**PROBLEM TO SOLVE:** Using the records that follow, work out how many lines hold the string "construction" and provide that number only.

**DATA EXCERPTS:**

-- Opening Marker --

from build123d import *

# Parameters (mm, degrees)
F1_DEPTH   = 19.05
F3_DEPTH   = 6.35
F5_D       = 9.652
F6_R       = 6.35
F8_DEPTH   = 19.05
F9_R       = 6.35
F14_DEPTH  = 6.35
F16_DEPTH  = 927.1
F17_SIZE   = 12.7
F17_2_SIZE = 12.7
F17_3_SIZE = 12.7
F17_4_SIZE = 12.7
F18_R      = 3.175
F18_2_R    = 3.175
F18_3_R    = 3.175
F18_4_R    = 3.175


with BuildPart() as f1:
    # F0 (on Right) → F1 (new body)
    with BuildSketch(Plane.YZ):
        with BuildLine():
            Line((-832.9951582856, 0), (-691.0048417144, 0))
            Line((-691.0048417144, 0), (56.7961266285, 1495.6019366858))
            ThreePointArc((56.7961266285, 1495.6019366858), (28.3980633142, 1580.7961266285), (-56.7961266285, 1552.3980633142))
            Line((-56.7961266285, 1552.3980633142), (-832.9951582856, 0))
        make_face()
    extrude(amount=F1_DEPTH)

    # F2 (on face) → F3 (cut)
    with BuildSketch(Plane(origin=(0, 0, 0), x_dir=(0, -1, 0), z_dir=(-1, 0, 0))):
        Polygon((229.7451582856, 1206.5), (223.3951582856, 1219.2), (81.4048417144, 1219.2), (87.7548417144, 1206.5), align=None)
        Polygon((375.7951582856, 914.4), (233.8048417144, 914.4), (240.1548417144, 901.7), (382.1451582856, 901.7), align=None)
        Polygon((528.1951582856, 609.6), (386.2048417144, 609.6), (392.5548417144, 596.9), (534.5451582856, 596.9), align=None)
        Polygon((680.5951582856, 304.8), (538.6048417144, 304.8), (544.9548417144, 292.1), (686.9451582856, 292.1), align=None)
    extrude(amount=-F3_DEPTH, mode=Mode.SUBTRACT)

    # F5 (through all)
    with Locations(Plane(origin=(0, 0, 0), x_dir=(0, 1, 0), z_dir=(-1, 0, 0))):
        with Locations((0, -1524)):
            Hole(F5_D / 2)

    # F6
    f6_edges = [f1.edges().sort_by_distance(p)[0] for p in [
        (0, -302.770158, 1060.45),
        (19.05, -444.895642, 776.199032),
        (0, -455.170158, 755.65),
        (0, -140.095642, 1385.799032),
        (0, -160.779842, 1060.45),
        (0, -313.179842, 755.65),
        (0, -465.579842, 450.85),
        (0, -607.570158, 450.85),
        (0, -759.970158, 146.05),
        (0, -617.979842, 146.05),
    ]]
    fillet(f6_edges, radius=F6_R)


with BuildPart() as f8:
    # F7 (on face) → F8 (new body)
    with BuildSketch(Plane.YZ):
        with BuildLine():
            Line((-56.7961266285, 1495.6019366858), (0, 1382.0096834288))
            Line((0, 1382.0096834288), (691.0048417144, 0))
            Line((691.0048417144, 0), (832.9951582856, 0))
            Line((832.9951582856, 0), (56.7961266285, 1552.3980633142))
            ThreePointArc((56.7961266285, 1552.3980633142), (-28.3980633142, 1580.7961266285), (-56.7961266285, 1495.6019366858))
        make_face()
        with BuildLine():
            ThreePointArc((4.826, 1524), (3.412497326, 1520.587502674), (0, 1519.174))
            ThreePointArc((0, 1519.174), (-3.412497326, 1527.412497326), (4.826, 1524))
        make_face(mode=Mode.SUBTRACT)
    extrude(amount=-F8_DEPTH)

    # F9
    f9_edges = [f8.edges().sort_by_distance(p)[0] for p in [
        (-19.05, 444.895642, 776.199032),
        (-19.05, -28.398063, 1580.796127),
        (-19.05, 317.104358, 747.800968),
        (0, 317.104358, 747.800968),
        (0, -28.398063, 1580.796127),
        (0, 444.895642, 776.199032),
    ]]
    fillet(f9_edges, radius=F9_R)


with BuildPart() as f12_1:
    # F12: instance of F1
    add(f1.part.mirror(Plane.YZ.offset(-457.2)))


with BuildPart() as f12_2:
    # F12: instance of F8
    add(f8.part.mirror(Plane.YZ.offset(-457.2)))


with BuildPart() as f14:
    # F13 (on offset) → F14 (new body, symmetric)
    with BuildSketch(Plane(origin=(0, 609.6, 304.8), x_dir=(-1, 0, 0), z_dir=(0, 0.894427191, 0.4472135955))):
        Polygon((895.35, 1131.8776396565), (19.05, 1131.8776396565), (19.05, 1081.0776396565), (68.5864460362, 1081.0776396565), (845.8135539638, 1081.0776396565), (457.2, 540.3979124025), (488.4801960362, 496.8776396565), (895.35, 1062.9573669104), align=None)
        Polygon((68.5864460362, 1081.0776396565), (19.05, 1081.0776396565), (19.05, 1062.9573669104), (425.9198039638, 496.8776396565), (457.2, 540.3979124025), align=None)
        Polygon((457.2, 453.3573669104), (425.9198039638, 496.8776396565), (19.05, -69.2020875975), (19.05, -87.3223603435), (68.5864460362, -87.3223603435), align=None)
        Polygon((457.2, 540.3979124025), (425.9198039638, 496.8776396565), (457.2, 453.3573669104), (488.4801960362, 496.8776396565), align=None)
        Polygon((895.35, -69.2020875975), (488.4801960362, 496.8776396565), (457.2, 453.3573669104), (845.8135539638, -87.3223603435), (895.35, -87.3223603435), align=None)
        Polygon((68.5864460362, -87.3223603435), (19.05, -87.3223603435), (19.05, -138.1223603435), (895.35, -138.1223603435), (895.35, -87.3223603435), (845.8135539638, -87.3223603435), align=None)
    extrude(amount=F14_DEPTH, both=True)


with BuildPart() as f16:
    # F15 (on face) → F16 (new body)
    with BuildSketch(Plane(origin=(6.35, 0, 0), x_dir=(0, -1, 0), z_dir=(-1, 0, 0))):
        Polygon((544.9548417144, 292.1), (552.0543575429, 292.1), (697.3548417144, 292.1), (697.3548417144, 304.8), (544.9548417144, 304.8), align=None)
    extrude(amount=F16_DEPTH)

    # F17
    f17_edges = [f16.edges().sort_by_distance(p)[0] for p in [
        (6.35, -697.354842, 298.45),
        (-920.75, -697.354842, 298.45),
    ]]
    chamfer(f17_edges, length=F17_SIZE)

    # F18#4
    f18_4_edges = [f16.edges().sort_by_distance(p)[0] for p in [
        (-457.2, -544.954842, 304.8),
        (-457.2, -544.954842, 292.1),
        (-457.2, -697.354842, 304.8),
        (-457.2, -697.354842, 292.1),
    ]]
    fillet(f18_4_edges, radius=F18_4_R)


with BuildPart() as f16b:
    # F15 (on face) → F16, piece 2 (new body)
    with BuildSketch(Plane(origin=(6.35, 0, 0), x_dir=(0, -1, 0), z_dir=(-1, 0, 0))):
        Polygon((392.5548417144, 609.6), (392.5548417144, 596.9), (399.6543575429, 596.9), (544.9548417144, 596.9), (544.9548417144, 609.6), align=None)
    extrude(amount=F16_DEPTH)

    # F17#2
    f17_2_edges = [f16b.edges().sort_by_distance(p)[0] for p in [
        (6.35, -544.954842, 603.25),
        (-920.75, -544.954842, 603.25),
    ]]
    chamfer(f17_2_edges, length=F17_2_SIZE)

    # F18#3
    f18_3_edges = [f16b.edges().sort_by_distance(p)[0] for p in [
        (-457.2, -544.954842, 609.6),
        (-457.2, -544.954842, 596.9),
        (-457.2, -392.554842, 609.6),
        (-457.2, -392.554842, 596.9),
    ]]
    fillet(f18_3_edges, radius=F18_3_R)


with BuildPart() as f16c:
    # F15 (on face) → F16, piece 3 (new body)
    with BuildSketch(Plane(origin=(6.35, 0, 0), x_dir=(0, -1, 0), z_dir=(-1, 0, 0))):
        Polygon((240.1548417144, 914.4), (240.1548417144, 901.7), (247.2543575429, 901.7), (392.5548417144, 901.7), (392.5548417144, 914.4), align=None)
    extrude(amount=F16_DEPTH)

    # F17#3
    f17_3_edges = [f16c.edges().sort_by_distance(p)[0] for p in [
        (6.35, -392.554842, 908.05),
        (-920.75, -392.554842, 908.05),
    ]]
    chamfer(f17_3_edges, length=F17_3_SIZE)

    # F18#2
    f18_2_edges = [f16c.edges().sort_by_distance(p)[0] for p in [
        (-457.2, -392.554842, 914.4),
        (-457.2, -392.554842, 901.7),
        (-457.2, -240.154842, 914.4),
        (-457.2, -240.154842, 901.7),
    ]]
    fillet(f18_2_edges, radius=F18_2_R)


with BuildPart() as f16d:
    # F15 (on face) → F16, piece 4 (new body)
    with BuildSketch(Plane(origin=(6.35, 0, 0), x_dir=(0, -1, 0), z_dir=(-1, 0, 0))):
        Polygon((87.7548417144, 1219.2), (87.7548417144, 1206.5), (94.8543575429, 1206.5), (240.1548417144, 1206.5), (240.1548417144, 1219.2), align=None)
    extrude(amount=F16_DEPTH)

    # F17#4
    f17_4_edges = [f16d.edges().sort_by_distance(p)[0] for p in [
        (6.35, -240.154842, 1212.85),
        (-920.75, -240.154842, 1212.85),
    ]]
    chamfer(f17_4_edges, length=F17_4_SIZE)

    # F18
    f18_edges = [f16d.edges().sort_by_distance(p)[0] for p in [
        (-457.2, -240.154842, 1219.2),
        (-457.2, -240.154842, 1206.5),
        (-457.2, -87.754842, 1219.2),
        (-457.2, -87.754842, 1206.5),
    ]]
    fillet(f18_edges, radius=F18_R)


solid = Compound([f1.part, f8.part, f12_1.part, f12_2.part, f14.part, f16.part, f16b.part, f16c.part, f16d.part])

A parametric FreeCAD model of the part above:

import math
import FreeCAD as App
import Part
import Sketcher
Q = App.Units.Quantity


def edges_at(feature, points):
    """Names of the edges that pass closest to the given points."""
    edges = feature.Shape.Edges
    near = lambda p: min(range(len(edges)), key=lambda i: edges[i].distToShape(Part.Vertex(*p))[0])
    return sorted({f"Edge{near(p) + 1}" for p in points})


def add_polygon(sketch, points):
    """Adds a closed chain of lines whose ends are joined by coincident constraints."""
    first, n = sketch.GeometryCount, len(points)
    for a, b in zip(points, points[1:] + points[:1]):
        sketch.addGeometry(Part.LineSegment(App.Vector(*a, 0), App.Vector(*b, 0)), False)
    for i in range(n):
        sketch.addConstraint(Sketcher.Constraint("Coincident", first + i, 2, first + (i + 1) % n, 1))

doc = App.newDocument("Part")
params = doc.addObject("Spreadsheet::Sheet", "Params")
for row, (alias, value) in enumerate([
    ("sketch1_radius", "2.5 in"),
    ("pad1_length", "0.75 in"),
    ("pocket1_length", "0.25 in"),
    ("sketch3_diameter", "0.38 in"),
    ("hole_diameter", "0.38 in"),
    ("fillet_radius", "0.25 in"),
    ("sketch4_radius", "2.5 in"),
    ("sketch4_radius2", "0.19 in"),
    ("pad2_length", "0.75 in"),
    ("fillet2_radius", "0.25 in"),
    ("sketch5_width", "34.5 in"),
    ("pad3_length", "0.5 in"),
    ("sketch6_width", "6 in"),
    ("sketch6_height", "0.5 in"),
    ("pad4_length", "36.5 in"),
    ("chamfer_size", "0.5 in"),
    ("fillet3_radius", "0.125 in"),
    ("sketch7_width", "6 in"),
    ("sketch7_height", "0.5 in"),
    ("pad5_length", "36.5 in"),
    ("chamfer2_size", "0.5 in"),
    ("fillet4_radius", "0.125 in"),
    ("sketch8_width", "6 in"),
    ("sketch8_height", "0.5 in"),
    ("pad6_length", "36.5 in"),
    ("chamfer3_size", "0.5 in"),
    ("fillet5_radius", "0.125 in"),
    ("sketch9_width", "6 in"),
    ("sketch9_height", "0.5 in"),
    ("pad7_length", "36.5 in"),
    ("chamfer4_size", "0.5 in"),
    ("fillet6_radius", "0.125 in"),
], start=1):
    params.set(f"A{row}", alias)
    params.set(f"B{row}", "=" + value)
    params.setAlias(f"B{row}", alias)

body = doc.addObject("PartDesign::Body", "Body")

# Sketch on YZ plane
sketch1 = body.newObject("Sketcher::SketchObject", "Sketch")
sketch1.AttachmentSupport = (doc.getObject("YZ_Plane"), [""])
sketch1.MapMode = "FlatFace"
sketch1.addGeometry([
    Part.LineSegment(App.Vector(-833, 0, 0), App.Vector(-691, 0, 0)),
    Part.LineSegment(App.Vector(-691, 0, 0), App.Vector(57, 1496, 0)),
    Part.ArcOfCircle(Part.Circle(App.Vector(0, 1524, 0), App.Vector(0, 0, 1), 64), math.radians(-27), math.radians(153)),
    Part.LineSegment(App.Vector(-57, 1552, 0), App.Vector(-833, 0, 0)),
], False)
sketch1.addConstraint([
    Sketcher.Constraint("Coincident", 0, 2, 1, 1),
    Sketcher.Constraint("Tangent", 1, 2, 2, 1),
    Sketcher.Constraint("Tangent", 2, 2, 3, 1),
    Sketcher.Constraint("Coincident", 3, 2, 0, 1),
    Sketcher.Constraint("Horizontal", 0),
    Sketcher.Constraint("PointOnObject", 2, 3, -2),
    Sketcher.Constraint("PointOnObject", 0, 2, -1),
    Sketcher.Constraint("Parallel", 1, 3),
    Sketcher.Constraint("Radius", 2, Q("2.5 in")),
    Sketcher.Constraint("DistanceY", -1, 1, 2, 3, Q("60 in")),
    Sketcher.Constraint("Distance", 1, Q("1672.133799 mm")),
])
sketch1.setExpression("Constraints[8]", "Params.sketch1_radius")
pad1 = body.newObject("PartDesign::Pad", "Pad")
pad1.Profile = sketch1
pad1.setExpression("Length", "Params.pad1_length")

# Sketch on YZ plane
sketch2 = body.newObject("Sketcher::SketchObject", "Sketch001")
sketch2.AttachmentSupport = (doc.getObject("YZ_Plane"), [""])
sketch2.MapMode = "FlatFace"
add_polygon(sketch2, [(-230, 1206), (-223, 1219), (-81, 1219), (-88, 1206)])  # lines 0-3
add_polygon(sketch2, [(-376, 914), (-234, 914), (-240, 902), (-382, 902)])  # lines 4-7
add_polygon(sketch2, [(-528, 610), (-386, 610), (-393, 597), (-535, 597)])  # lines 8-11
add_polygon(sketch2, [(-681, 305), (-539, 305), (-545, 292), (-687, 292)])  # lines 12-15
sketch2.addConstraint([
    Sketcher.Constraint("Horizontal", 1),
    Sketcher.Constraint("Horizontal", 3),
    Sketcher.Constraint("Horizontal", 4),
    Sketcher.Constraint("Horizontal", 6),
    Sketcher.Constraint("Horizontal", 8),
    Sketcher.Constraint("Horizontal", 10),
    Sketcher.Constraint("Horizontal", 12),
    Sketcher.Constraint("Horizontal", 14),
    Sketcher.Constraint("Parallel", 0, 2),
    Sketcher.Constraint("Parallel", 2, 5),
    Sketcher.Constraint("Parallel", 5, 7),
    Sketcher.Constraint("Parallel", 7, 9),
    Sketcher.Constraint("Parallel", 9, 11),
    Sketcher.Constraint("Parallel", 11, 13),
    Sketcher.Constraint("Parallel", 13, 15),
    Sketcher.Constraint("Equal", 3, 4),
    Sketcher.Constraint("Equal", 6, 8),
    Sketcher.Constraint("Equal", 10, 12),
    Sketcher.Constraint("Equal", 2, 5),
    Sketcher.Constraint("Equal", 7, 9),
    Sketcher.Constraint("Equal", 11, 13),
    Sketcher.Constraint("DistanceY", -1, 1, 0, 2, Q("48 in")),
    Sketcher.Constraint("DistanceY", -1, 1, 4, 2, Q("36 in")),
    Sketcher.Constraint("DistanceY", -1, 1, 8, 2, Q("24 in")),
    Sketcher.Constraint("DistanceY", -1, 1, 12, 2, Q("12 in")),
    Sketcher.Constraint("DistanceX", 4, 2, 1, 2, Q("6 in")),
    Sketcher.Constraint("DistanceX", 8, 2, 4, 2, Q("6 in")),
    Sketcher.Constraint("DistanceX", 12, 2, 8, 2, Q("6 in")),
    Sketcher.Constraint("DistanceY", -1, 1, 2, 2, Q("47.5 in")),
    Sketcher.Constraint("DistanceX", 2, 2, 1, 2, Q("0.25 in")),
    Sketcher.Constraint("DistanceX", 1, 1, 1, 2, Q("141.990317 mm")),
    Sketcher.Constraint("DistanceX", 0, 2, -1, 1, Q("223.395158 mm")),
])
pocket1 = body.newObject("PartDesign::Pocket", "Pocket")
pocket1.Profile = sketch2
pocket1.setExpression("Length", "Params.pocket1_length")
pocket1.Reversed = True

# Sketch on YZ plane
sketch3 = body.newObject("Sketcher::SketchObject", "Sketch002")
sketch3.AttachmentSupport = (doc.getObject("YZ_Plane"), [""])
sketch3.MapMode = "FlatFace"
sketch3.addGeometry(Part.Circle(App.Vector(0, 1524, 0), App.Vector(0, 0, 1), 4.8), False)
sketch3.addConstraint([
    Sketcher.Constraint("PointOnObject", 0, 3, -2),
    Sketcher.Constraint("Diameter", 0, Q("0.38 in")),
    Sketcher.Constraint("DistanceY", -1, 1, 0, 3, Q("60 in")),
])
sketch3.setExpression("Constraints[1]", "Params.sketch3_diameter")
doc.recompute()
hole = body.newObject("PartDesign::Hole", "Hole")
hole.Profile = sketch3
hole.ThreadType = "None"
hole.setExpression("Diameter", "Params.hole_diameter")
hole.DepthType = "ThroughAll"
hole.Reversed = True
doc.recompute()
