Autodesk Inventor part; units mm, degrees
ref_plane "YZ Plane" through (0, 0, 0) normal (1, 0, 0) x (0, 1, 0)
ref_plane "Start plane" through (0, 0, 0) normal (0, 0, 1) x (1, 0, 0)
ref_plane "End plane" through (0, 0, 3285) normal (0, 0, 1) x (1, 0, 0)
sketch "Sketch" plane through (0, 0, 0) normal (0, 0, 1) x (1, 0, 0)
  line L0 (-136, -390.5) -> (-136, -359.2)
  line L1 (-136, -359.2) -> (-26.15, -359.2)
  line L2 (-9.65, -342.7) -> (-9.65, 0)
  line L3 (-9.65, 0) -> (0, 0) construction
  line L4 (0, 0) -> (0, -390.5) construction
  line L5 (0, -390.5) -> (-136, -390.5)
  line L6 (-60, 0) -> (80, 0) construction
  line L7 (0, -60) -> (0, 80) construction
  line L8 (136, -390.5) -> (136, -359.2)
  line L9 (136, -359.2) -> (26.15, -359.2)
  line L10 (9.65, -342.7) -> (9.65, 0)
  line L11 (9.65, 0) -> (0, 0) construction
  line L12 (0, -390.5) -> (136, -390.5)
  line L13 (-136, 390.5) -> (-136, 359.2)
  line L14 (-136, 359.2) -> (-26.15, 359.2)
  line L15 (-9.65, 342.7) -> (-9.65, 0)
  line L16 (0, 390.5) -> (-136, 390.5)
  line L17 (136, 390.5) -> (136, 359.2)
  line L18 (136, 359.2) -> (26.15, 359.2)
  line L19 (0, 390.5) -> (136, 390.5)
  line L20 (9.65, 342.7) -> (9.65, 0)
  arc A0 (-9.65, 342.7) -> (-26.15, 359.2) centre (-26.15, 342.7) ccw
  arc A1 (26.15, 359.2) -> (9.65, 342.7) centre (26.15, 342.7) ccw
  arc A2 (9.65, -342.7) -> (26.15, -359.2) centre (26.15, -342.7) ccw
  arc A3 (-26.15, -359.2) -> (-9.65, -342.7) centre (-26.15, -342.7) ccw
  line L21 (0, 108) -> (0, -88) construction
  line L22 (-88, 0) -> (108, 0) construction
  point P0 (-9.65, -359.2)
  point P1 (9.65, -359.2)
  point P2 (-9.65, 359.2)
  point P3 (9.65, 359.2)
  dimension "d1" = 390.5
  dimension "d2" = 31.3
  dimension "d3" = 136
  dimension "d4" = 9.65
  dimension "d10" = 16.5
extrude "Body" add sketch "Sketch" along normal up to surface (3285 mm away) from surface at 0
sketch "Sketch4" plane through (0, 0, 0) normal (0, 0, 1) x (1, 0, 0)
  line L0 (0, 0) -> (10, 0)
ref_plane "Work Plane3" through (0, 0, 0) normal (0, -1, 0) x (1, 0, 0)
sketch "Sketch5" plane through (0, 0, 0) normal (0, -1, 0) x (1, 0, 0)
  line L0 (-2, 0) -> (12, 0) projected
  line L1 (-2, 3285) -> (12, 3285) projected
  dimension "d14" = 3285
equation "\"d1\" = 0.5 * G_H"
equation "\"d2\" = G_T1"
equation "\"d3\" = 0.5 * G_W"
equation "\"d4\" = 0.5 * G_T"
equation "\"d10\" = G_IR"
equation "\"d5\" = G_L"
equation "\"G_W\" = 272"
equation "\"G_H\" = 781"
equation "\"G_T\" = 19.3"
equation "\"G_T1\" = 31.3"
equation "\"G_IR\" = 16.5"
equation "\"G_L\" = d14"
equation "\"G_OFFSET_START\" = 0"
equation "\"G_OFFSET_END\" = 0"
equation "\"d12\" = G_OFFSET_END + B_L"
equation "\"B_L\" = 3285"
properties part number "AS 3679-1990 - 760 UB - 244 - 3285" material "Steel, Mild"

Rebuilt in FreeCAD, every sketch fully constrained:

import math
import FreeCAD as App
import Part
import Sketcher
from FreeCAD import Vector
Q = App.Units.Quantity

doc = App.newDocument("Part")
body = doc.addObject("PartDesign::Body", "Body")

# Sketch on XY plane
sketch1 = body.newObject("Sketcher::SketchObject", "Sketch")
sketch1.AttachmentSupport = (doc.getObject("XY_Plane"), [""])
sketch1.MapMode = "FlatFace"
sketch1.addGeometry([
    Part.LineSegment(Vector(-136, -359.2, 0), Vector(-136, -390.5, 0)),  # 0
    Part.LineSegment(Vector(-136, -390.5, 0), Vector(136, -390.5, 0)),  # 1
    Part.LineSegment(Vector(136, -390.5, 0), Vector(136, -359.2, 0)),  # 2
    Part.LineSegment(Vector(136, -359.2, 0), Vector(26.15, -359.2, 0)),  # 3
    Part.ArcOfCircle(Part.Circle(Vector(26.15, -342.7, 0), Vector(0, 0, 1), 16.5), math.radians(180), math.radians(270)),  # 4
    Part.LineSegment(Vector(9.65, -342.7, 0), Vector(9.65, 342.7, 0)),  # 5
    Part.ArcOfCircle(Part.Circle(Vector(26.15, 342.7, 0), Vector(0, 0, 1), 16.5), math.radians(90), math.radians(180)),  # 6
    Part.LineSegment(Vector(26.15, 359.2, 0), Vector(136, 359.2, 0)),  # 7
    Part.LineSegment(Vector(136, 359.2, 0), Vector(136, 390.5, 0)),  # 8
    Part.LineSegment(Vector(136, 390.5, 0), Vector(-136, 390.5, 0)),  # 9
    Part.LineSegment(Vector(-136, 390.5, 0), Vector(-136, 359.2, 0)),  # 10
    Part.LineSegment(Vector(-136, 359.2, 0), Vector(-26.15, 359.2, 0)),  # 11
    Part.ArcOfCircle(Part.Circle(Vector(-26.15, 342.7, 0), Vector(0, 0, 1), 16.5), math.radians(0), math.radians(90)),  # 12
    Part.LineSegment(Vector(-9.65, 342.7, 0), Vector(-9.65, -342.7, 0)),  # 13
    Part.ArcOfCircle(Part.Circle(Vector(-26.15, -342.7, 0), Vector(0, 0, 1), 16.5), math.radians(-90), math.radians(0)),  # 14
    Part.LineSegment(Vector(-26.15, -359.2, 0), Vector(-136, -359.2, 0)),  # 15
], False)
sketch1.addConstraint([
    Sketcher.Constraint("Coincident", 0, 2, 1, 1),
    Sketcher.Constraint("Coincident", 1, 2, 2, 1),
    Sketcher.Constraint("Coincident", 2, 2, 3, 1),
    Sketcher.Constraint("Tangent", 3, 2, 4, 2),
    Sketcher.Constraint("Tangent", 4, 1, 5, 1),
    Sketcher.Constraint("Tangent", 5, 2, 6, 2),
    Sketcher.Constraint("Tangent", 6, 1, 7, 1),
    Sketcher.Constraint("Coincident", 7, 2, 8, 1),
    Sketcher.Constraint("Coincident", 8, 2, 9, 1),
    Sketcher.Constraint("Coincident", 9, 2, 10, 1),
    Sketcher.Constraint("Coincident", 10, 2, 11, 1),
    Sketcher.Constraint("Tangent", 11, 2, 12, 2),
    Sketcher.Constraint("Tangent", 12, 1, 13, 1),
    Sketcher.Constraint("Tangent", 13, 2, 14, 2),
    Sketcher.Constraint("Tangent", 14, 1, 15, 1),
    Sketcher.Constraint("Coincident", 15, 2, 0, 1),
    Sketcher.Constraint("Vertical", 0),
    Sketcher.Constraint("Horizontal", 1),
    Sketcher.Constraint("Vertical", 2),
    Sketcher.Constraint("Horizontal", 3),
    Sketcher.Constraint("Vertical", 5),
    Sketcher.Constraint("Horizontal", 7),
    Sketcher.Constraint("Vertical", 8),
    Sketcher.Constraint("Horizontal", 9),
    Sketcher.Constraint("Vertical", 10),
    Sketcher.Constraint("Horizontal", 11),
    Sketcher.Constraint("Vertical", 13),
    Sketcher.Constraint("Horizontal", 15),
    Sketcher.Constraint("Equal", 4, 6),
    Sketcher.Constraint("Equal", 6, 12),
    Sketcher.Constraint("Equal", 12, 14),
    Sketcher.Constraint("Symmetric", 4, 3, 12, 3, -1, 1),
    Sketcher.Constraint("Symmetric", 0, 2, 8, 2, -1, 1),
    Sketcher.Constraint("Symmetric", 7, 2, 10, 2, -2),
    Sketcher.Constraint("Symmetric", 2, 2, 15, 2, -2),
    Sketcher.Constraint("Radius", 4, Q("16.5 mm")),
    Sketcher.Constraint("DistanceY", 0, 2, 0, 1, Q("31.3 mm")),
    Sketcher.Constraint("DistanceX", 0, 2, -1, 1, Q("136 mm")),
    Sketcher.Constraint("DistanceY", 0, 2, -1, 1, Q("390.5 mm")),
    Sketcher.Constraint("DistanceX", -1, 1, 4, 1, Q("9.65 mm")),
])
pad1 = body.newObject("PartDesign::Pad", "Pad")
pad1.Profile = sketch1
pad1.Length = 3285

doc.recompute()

-- Closing Marker --

**RESULT FOR THIS TASK:** 7